The murder had taken place about two years before I purchased the house. A couple had been living here. They were known for selling heroin, stolen motorcycle parts, and for throwing parties that went on for days. It was at one of these parties that the couple started arguing. The man started beating his wife. Three or four other men jumped into the frenzy and also started beating her. When they finally realized she was dead, they shot her a few times just to make sure.

Time passes. The house is put on the market at an unheard of low price. I bought it. Bullet holes and blood still marking the walls. Friends and family kept asking, "WHY?"

Well, why not? Perhaps a perk of being a skeptic is that I got a house that I normally couldn't have afforded. Still, after all these years, I am still asked if I have ever felt anything, seen or heard anything. And I must answer, in all honesty, no. Nothing. Not once.

Has anyone else here lived in, or spent time in, a house that others felt was haunted? Do you know anyone who has?
 
Wow.

I sure hope you got those blood stains taken care of BEFORE you moved in. Skeptic or no, I can't imagine that would create a cozy atmosphere! To answer your question, while I, personally, have never lived in a place with a supernatural reputation, I have visited the Tower of London. I remember that as a kid I read all kinds of "true" ghost stories about that place, leaving the reader with the impression the it was packed full of ghosts.

What did I see there? Nothing. Well, okay, lots of tourists, but no ghosts. Of course, I'd outgrown my interest in ghosts by that point, so I wasn't disappointed. As you say, being a skeptic has its perks. By the way, how do you like the house now?
 
I lived in a really old, creepy house in Southampton, NY for about three years. It was right across the street from Southampton Hospital, and the house was the original hospital before the current hospital was founded in 1909. People had died in the house... lots of people. That isn't just legend, it's fact, and I saw the records to prove it. Matter of fact, the living room where I used to sprawl on the couch, drink my beer, and scratch my butt, was where the operating room had been. The mounting fixtures for the old gas OR lamps were still attached to the ceiling. Some people who visited would get very creeped out when I told them the history. My sister-in-law refused to sleep in the house... dingy broad ;) .

The house was rickety, and drafty, and it creaked and groaned an awful lot on windy nights, but I never saw anything "paranormal"... unless, of course, you count that one time I came home loaded one night and forgot about the leftover meatloaf, and creamed corn I had put in the microwave. When I discoverd it a week later it was covered in a somewhat otherworldly ectoplasmic green fuzz.

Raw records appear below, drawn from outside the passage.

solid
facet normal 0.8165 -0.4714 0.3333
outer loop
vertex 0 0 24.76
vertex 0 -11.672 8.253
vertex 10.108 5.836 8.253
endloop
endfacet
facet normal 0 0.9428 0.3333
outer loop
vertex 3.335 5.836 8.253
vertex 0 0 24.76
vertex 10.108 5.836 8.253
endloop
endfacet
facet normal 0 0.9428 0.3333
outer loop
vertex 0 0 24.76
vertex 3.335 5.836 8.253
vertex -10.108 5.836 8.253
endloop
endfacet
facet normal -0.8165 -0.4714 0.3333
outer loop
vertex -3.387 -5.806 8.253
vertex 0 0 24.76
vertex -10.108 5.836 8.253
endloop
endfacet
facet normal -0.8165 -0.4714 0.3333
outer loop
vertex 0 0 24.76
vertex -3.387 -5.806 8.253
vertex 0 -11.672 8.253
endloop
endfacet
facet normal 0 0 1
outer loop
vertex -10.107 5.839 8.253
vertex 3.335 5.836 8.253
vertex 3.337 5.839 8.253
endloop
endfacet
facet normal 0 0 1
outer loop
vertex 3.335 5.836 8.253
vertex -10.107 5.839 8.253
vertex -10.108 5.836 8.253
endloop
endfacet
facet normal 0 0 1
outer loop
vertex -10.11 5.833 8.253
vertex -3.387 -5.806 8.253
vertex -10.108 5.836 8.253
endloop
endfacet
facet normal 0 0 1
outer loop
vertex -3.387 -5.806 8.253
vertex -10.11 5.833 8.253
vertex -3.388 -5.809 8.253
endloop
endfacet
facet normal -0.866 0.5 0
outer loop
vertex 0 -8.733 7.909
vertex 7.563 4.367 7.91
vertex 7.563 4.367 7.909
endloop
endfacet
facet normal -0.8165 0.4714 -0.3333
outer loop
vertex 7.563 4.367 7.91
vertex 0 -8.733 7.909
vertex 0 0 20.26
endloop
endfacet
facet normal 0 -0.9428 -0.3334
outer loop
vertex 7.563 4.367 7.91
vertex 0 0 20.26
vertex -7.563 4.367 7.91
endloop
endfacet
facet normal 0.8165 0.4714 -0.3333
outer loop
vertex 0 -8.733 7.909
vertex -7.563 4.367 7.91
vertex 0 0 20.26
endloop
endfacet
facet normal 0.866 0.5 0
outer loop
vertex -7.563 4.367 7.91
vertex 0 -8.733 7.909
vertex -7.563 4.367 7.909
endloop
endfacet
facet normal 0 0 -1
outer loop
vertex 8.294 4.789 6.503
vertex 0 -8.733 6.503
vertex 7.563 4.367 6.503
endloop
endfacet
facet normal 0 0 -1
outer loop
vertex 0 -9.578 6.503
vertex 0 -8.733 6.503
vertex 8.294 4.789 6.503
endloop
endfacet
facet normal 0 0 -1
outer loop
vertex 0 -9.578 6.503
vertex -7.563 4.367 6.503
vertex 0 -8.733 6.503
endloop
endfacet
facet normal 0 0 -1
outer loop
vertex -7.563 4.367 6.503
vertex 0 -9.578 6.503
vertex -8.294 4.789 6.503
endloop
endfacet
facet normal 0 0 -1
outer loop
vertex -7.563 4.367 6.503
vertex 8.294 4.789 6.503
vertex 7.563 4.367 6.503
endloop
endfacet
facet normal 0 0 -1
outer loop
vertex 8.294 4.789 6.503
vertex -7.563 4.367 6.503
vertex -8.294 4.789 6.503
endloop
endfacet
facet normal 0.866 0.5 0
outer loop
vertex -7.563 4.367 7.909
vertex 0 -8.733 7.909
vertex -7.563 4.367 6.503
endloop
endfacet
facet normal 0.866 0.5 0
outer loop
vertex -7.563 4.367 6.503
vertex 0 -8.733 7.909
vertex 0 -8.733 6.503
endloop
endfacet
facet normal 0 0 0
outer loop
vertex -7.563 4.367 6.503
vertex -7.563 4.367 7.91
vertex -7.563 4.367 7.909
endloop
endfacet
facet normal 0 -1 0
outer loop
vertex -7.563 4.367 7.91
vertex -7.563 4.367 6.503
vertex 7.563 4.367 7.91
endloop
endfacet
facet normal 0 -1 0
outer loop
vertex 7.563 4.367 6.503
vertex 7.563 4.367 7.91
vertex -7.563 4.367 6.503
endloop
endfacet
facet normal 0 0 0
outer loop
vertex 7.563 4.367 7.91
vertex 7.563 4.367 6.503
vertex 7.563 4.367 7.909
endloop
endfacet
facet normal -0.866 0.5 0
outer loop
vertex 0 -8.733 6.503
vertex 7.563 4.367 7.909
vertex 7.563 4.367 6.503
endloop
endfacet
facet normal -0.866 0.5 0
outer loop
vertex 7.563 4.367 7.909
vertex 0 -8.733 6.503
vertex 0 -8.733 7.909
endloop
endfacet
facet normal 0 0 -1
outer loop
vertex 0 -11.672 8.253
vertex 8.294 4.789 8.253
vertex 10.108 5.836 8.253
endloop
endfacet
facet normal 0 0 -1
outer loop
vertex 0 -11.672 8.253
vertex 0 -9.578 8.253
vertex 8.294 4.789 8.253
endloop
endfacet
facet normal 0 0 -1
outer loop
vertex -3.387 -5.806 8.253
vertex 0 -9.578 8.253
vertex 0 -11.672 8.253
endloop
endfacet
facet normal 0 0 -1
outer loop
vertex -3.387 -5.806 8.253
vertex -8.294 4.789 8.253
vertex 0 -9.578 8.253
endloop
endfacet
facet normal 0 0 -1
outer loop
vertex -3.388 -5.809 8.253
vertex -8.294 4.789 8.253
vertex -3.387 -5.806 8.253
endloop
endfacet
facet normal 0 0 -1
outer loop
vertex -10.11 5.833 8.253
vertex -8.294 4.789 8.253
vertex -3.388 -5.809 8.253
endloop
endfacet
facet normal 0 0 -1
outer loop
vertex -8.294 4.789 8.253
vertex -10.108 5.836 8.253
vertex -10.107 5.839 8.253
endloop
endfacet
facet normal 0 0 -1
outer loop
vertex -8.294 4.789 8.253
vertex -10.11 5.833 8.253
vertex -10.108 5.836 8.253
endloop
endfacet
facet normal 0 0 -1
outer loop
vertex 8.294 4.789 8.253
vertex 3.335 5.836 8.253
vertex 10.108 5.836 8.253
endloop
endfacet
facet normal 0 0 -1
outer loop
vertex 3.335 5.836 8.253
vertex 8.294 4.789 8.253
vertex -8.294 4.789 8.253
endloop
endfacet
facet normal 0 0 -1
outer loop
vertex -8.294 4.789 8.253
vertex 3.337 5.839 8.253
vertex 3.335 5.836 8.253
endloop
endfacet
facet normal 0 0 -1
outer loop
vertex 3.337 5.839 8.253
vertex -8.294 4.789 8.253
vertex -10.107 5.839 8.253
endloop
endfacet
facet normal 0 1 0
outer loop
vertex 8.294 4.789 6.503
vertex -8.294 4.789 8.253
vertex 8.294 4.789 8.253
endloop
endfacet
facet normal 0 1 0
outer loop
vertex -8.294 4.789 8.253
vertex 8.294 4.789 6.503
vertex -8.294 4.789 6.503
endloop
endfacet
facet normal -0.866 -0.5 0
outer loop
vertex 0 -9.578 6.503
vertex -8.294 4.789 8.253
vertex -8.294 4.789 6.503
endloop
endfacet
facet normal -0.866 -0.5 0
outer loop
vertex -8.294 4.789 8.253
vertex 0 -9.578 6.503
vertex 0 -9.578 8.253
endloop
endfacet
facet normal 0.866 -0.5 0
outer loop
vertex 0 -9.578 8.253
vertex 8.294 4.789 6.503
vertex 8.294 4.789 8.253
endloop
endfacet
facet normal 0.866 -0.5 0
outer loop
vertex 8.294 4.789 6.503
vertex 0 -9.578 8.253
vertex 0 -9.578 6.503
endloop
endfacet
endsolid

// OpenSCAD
arete = 40.433;
paroi = 1.5;
echelleReductionAjustementBouchon = 0.96;
r = 0.19; // résolution d'impression sur l'axe Z
tetra_sch = [3,3];
Cpi = 3.14159;
Cphi = (1+sqrt(5))/2;
Cepsilon = 0.00000001;

function tetra_ext_radius(a) = 
    a/4*sqrt(6);
    
function tetra_int_radius(a) = 
    a/12*sqrt(6);
    
function tetra_arete_from(radius) = 
    radius*12/sqrt(6);
    
externalRadius = tetra_ext_radius(arete);
internalRadius = tetra_ext_radius( 
                    tetra_arete_from(
                        tetra_int_radius(arete)-paroi));
                        
echo(externalRadius); 
echo(internalRadius);

//merkaba(arete);
//poly_creux();
//decoupe_bouchon();
//corps_ouvert();
bouchon();
//trou();

module corps_ouvert() {
	difference() {
		poly_creux();
		decoupe_bouchon();
	}
}

module bouchon() {
//    rotate([180, 0, 0])
//	scale([echelleReductionAjustementBouchon, echelleReductionAjustementBouchon, 0.995])
	difference () {
        intersection() {
            union() {
                poly_creux();
                supplement_feuillure_bouchon();
            }
            decoupe_bouchon(echelleReductionAjustementBouchon);
        }
	}
}

module poly_creux() {
	difference() {
        merkaba(externalRadius);
        merkaba(internalRadius);
	}
}

module decoupe_bouchon(scale=1) {
    distance = tetra_int_radius(arete);
	rotate([0,0,30]) translate([0,0,distance])
		cylinder(999, r=arete*0.2888, $fn=3);
	rotate([0,0,30]) translate([0,0,distance-paroi-1])
		cylinder(paroi+1, r=(arete-paroi)*0.246, $fn=3);
}

module supplement_feuillure_bouchon() {
    distance = tetra_int_radius(arete);
    rotate([0,0,30]) translate([0,0, distance-paroi+1])
    difference() {   
		cylinder(paroi+1, r=(arete-paroi)*0.25, $fn=3, center=true);
		cylinder(paroi+1, r=(arete-paroi)*0.25-1, $fn=3, center=true);
    }
}

module merkaba(rad) {
    union() {
        tetrahedron(rad);
        rotate([0,180,60]) tetrahedron(rad);
    }
}

module tetrahedron(rad) {
    // create an instance of a spherical coordinate
    // long - rotation around z -axis
    // lat - latitude, starting at 0 == 'north pole'
    // rad - distance from center
    function sph(long, lat, rad=1) = [long, lat, rad];
    
    // Convert spherical to cartesian
    function sph_to_cart(s) = [
	clean(s[2]*sin(s[1])*cos(s[0])),  

	clean(s[2]*sin(s[1])*sin(s[0])),

	clean(s[2]*cos(s[1]))
	];

    function sphu_from_cart(c, rad=1) = sph(
        atan2(c[1],c[0]), 
        atan2(sqrt(c[0]*c[0]+c[1]*c[1]), c[2]), 
        rad
        );

    tetra_cart = [
        [+1, +1, +1],
        [-1, -1, +1],
        [-1, +1, -1],
        [+1, -1, -1]
    ];

    function tetra_unit(rad=1) = [
        sph_to_cart(sphu_from_cart(tetra_cart[0], rad)), 
        sph_to_cart(sphu_from_cart(tetra_cart[1], rad)),
        sph_to_cart(sphu_from_cart(tetra_cart[2], rad)),
        sph_to_cart(sphu_from_cart(tetra_cart[3], rad)),
        ];


    tetrafaces = [
        [0, 3, 1],
        [0,1,2],
        [2,1,3],
        [0,2,3]
    ];

    tetra_edges = [
        [0,1],
        [0,2],
        [0,3], 
        [1,2], 
        [1,3], 
        [2,3],	
        ];

    rotate([54.735, 0, 0])
    rotate([0, 0, 45])
    polyhedron(tetra_unit(rad), faces=tetrafaces);
}
//translate([0, 0, -17.7])
//cylinder(5,40,40);

function clean(n) = (n < 0) ? ((n < -Cepsilon) ? n : 0) : 
	(n < Cepsilon) ? 0 : n; 

function plat_dihedral(pq) = 2 * asin( cos(180/pq[1])/sin(180/pq[0]));

function plat_circumradius(pq, a) = 
	(a/2)*
	tan(Cpi/pq[1])*
	tan(plat_dihedral(pq)/2);

function plat_midradius(pq, a) = 
	(a/2)*
	cos(Cpi/pq[0])*
	tan(plat_dihedral(pq)/2);

function plat_inradius(pq,a) = 
	a/(2*tan(Cpi/pq[0]))*
	sqrt((1-cos(plat_dihedral(pq)))/(1+cos(plat_dihedral(pq))));

function plat_a_from_inradius(pq, inradius) =
    inradius*(2*tan(Cpi/pq[0]))/
	sqrt((1-cos(plat_dihedral(pq)))/(1+cos(plat_dihedral(pq))));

Other than that, I never saw anything weird, and I never felt scared, or even uncomfortable in the whole three years I spent in the house.

Behold! The power of skepticism! :D
 
Scott Wheeler said:
I would love to get my hands on a nice piece of property here in LA that has a haunted discount!
Round this neck of the woods this would command a premium price and the buyer would market the reputation.

Rolfe.
 
Scott Wheeler said:
I would love to get my hands on a nice piece of property here in LA that has a haunted discount!
Dang... same here on Long Island. I'd gladly move into a house that still had bodies stacked up in it like cordwood if I could get a break on the price. Home prices are out of control. I heard the Amityville Horror house is assessed at over 2 mil. these days.
 
I worked on a movie years ago that entailed shooting a crypt in Eastern Europe that was built from the sculls and leg bones of 20,000 monks. Some crew members couldn't go into the crypt it bothered them so much. Being a fan of the genre, I loved it.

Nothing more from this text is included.